Crystallisation and X-ray

A high quality crystal will amplify the reflections of an intense, monochromatic, beam of light. The resulting diffraction patterns are processed mathematically to solve the crystal structure and observe details of the corresponding molecules with atomic resolution. This is the fundamental principle of X-ray crystallography applied to structural biology for a better understanding of the functions of proteins, RNA, DNA and their complexes. Another application is drug discovery since compounds with high affinity will be observed in binding pockets.

Crystallisation

However, the crystallisation of purified biological samples is associated with low success, notably because of the unstable and flexible nature of the macromolecules investigated. In addition, the right crystallisation conditions cannot be anticipated. In order to increase the yield of high quality crystals, multiple sample variants must be produced and analysed, guided by the support of other scientific facilities, such as biophysics and mass spectrometry.

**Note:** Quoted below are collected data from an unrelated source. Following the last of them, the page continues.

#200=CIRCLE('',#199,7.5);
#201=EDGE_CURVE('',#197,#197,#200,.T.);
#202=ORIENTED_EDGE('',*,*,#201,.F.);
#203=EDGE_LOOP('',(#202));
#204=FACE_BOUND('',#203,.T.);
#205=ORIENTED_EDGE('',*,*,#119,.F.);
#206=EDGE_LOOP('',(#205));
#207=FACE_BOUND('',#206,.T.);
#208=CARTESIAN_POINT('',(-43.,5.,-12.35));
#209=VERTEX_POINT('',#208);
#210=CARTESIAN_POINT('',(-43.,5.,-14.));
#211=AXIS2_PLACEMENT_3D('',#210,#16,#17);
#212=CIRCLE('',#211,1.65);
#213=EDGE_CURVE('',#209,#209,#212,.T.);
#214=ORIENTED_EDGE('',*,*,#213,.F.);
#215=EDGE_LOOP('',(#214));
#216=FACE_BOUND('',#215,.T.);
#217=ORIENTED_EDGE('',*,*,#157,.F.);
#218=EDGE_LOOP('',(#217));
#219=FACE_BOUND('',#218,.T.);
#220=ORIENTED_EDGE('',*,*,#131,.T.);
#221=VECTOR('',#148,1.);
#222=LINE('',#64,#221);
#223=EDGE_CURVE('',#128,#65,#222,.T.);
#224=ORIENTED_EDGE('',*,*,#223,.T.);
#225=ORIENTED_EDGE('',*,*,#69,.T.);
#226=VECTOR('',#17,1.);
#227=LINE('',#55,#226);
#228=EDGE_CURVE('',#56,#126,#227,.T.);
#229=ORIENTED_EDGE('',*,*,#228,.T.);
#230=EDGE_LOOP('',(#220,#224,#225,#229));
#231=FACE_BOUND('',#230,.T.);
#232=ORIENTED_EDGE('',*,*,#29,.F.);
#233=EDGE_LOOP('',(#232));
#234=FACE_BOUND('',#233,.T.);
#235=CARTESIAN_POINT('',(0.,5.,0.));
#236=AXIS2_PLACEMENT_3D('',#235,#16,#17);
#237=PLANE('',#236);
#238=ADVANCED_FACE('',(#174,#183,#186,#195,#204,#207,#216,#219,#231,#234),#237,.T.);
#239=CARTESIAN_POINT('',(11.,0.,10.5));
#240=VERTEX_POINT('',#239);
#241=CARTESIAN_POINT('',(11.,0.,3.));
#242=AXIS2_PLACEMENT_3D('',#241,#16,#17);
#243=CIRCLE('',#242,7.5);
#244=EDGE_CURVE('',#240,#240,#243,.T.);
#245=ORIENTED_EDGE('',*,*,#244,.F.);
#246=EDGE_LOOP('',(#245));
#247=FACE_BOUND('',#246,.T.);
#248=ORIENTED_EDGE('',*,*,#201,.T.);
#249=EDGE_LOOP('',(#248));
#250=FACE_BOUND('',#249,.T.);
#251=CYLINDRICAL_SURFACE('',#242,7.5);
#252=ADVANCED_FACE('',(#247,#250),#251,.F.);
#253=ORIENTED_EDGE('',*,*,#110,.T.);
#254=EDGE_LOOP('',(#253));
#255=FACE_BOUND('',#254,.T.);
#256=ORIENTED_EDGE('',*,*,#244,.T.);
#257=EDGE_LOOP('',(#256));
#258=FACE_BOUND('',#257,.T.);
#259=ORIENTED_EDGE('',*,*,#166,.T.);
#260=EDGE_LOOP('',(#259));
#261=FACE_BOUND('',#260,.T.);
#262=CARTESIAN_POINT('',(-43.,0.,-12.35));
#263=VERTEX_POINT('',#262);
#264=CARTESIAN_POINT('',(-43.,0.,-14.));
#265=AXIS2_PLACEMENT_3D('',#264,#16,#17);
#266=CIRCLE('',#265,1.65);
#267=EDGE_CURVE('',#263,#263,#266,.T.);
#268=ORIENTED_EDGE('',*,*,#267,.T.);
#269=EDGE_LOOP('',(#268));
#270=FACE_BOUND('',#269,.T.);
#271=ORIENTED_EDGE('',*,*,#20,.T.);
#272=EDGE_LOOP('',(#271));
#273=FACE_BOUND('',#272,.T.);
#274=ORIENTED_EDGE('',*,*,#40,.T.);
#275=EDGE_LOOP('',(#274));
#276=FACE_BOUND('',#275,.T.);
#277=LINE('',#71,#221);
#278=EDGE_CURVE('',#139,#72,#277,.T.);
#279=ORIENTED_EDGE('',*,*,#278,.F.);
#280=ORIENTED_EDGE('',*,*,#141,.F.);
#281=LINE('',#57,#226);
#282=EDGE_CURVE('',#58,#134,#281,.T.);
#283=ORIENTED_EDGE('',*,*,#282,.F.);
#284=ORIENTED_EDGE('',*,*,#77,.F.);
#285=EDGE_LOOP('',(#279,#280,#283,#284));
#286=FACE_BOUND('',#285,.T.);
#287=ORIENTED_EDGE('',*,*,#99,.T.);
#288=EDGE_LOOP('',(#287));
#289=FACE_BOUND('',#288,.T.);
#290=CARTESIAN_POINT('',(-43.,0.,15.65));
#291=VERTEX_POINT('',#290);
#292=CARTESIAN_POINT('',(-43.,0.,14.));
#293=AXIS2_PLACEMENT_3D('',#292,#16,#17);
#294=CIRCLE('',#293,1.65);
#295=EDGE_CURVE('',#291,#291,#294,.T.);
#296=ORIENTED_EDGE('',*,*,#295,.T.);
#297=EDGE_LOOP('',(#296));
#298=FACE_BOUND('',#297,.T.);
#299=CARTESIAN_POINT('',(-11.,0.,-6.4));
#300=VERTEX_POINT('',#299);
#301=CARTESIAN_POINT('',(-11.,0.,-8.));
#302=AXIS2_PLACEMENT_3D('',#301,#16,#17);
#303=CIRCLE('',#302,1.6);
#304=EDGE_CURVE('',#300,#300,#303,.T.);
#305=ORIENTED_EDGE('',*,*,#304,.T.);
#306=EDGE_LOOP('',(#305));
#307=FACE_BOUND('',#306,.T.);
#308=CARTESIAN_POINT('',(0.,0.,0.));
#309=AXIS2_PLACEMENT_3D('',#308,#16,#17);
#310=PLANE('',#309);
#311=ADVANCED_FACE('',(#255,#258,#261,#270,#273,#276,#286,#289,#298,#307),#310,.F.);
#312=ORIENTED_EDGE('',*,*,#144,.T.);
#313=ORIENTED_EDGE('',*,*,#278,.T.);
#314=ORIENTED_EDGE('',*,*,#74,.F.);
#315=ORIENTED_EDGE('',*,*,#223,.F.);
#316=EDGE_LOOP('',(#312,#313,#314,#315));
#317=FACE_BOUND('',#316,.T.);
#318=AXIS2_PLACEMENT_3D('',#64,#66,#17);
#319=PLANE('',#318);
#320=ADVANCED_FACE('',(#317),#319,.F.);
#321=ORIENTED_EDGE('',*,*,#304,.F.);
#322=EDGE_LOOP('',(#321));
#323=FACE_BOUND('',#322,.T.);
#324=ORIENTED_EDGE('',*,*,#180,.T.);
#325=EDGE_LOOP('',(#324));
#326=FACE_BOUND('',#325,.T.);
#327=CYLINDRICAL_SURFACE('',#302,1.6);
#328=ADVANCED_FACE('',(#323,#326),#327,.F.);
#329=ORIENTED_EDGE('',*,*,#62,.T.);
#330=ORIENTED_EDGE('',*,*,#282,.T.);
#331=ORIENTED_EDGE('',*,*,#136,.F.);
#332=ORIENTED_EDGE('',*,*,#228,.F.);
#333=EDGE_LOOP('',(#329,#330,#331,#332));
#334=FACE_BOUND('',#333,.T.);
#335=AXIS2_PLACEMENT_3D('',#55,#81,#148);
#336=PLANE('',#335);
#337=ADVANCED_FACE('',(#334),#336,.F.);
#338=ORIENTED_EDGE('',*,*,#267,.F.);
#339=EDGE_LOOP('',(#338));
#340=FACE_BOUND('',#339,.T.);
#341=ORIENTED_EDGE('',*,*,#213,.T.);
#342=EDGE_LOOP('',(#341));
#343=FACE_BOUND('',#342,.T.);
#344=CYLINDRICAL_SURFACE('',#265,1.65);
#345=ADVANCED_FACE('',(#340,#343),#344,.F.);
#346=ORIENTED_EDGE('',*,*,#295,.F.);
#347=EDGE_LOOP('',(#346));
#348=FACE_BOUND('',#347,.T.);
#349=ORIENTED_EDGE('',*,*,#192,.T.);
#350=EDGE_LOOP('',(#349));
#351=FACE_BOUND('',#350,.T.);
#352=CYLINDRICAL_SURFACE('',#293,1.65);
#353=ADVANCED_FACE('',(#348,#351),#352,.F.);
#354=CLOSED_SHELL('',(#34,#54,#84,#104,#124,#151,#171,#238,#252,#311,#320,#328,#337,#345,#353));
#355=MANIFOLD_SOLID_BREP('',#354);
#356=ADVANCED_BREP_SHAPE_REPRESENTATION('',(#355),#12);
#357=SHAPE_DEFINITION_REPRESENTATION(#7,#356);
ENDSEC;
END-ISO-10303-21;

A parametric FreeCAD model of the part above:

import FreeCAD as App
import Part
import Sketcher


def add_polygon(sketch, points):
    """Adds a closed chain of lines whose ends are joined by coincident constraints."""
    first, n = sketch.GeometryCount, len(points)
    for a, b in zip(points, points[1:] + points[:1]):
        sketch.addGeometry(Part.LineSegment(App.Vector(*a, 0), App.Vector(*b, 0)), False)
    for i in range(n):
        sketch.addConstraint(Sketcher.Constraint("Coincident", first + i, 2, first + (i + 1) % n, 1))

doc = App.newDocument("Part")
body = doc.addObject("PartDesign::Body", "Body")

For the in-house base of 60-80 users to screen efficiently a large number of crystallisation conditions with a minimal amount of sample, automated protocols for robotic nanoliter experiments have been implemented and optimised. There are seven liquid-handling robots (some integrated into two fully automated systems) and 3 rooms dedicated to assessment and storage of crystallisation experiments. The main strategy is based on a large initial screen made of 2,112 conditions in pre-filled MRC plates.

There are two X-ray generators in the X-ray facility: a Rigaku FR-E+ SuperBright generator and a Rigaku Micromax-007HF generator, each equipped with two detectors. LMB researchers also have access to the Diamond synchrotron in Harwell and the European Synchrotron Radiation Facility in Grenoble (ESRF), including remote data collection, as well as other synchrotrons for specialised purposes.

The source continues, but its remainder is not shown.